**Records from a dataset**

········

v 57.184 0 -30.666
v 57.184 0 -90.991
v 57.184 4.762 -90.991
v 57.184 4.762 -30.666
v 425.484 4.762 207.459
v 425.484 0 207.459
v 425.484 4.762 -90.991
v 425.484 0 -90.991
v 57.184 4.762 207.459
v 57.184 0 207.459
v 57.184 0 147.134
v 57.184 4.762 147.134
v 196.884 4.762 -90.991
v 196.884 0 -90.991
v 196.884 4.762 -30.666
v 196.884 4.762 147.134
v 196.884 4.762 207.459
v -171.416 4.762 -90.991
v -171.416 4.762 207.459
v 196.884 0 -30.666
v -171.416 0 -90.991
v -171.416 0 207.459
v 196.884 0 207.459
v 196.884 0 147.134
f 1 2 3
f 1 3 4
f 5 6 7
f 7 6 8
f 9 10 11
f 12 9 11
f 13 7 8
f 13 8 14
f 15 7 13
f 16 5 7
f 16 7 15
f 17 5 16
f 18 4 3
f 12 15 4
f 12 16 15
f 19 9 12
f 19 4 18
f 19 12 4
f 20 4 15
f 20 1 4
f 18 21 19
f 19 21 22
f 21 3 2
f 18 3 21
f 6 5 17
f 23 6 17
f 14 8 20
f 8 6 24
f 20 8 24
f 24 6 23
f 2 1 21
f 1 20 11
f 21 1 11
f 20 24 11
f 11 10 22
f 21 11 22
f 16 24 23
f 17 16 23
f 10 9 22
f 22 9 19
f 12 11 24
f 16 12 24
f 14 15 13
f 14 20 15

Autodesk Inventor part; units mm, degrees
ref_plane "YZ Plane" through (0, 0, 0) normal (1, 0, 0) x (0, 1, 0)
ref_plane "XZ Plane" through (0, 0, 0) normal (0, 1, 0) x (-1, 0, 0)
ref_plane "XY Plane" through (0, 0, 0) normal (0, 0, 1) x (1, 0, 0)
sketch "Sketch1" plane through (0, 0, 0) normal (0, 1, 0) x (-1, 0, 0)
  line L0 (171.4161, 216.9837) -> (-425.4839, 216.9837)
  line L1 (-425.4839, 216.9837) -> (-425.4839, -100.5163)
  line L2 (-425.4839, -100.5163) -> (171.4161, -100.5163)
  line L3 (171.4161, -100.5163) -> (171.4161, 216.9837)
  point P0 (0, 0)
  dimension "d0" = 317.5
  dimension "d1" = 596.9
extrude "Extrusion1" add sketch "Sketch1" along normal blind 4.7625
sketch "Sketch2" plane through (0, 4.7625, 0) normal (0, 1, 0) x (1, 0, 0)
  line L0 (57.1839, 30.6663) -> (196.8839, 30.6663)
  line L1 (196.8839, 30.6663) -> (196.8839, 100.5163)
  line L2 (196.8839, 100.5163) -> (57.1839, 100.5163)
  line L3 (57.1839, 100.5163) -> (57.1839, 30.6663)
  line L4 (57.1839, -147.1337) -> (196.8839, -147.1337)
  line L5 (196.8839, -147.1337) -> (196.8839, -216.9837)
  line L6 (196.8839, -216.9837) -> (57.1839, -216.9837)
  line L7 (57.1839, -216.9837) -> (57.1839, -147.1337)
  line L8 (425.4839, -216.9837) -> (425.4839, 100.5163) projected
  line L9 (-171.4161, 100.5163) -> (-171.4161, -216.9837) projected
  line L10 (-171.4161, -216.9837) -> (425.4839, -216.9837) projected
  line L11 (425.4839, 100.5163) -> (-171.4161, 100.5163) projected
  point P0 (0, 0)
  dimension "d4" = 0
  dimension "d5" = 228.6
  dimension "d6" = 0
  dimension "d7" = 228.6
  dimension "d8" = 0
  dimension "d9" = 0
  dimension "d10" = 69.85
  dimension "d11" = 69.85
extrude "Extrusion2" cut sketch "Sketch2" along normal mid plane 25.4 contours L3 L2 L1 L0 | L7 L4 L5 L6
sketch "Sketch3" plane through (0, 4.7625, 0) normal (0, 1, 0) x (1, 0, 0)
  line L0 (-203.1439, 127.0873) -> (472.3707, 127.0873)
  line L1 (472.3707, 127.0873) -> (472.3707, 90.9913)
  line L2 (472.3707, 90.9913) -> (-203.1439, 90.9913)
  line L3 (-203.1439, 90.9913) -> (-203.1439, 127.0873)
  line L4 (463.6684, -207.4587) -> (-190.0904, -207.4587)
  line L5 (-190.0904, -207.4587) -> (-190.0904, -244.0242)
  line L6 (-190.0904, -244.0242) -> (463.6684, -244.0242)
  line L7 (463.6684, -244.0242) -> (463.6684, -207.4587)
  line L8 (425.4839, 100.5163) -> (196.8839, 100.5163) projected
  line L9 (196.8839, -216.9837) -> (425.4839, -216.9837) projected
  point P0 (0, 0)
  dimension "d14" = 9.525
  dimension "d15" = 9.525
extrude "Extrusion3" cut sketch "Sketch3" against normal blind 25.4
properties part number "EBoard" material "Polycarbonate, Clear"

········

**Work to be completed**
Each line above is to be restated exactly as it stands.

**Response to the task**
v 57.184 0 -30.666
v 57.184 0 -90.991
v 57.184 4.762 -90.991
v 57.184 4.762 -30.666
v 425.484 4.762 207.459
v 425.484 0 207.459
v 425.484 4.762 -90.991
v 425.484 0 -90.991
v 57.184 4.762 207.459
v 57.184 0 207.459
v 57.184 0 147.134
v 57.184 4.762 147.134
v 196.884 4.762 -90.991
v 196.884 0 -90.991
v 196.884 4.762 -30.666
v 196.884 4.762 147.134
v 196.884 4.762 207.459
v -171.416 4.762 -90.991
v -171.416 4.762 207.459
v 196.884 0 -30.666
v -171.416 0 -90.991
v -171.416 0 207.459
v 196.884 0 207.459
v 196.884 0 147.134
f 1 2 3
f 1 3 4
f 5 6 7
f 7 6 8
f 9 10 11
f 12 9 11
f 13 7 8
f 13 8 14
f 15 7 13
f 16 5 7
f 16 7 15
f 17 5 16
f 18 4 3
f 12 15 4
f 12 16 15
f 19 9 12
f 19 4 18
f 19 12 4
f 20 4 15
f 20 1 4
f 18 21 19
f 19 21 22
f 21 3 2
f 18 3 21
f 6 5 17
f 23 6 17
f 14 8 20
f 8 6 24
f 20 8 24
f 24 6 23
f 2 1 21
f 1 20 11
f 21 1 11
f 20 24 11
f 11 10 22
f 21 11 22
f 16 24 23
f 17 16 23
f 10 9 22
f 22 9 19
f 12 11 24
f 16 12 24
f 14 15 13
f 14 20 15

Autodesk Inventor part; units mm, degrees
ref_plane "YZ Plane" through (0, 0, 0) normal (1, 0, 0) x (0, 1, 0)
ref_plane "XZ Plane" through (0, 0, 0) normal (0, 1, 0) x (-1, 0, 0)
ref_plane "XY Plane" through (0, 0, 0) normal (0, 0, 1) x (1, 0, 0)
sketch "Sketch1" plane through (0, 0, 0) normal (0, 1, 0) x (-1, 0, 0)
  line L0 (171.4161, 216.9837) -> (-425.4839, 216.9837)
  line L1 (-425.4839, 216.9837) -> (-425.4839, -100.5163)
  line L2 (-425.4839, -100.5163) -> (171.4161, -100.5163)
  line L3 (171.4161, -100.5163) -> (171.4161, 216.9837)
  point P0 (0, 0)
  dimension "d0" = 317.5
  dimension "d1" = 596.9
extrude "Extrusion1" add sketch "Sketch1" along normal blind 4.7625
sketch "Sketch2" plane through (0, 4.7625, 0) normal (0, 1, 0) x (1, 0, 0)
  line L0 (57.1839, 30.6663) -> (196.8839, 30.6663)
  line L1 (196.8839, 30.6663) -> (196.8839, 100.5163)
  line L2 (196.8839, 100.5163) -> (57.1839, 100.5163)
  line L3 (57.1839, 100.5163) -> (57.1839, 30.6663)
  line L4 (57.1839, -147.1337) -> (196.8839, -147.1337)
  line L5 (196.8839, -147.1337) -> (196.8839, -216.9837)
  line L6 (196.8839, -216.9837) -> (57.1839, -216.9837)
  line L7 (57.1839, -216.9837) -> (57.1839, -147.1337)
  line L8 (425.4839, -216.9837) -> (425.4839, 100.5163) projected
  line L9 (-171.4161, 100.5163) -> (-171.4161, -216.9837) projected
  line L10 (-171.4161, -216.9837) -> (425.4839, -216.9837) projected
  line L11 (425.4839, 100.5163) -> (-171.4161, 100.5163) projected
  point P0 (0, 0)
  dimension "d4" = 0
  dimension "d5" = 228.6
  dimension "d6" = 0
  dimension "d7" = 228.6
  dimension "d8" = 0
  dimension "d9" = 0
  dimension "d10" = 69.85
  dimension "d11" = 69.85
extrude "Extrusion2" cut sketch "Sketch2" along normal mid plane 25.4 contours L3 L2 L1 L0 | L7 L4 L5 L6
sketch "Sketch3" plane through (0, 4.7625, 0) normal (0, 1, 0) x (1, 0, 0)
  line L0 (-203.1439, 127.0873) -> (472.3707, 127.0873)
  line L1 (472.3707, 127.0873) -> (472.3707, 90.9913)
  line L2 (472.3707, 90.9913) -> (-203.1439, 90.9913)
  line L3 (-203.1439, 90.9913) -> (-203.1439, 127.0873)
  line L4 (463.6684, -207.4587) -> (-190.0904, -207.4587)
  line L5 (-190.0904, -207.4587) -> (-190.0904, -244.0242)
  line L6 (-190.0904, -244.0242) -> (463.6684, -244.0242)
  line L7 (463.6684, -244.0242) -> (463.6684, -207.4587)
  line L8 (425.4839, 100.5163) -> (196.8839, 100.5163) projected
  line L9 (196.8839, -216.9837) -> (425.4839, -216.9837) projected
  point P0 (0, 0)
  dimension "d14" = 9.525
  dimension "d15" = 9.525
extrude "Extrusion3" cut sketch "Sketch3" against normal blind 25.4
properties part number "EBoard" material "Polycarbonate, Clear"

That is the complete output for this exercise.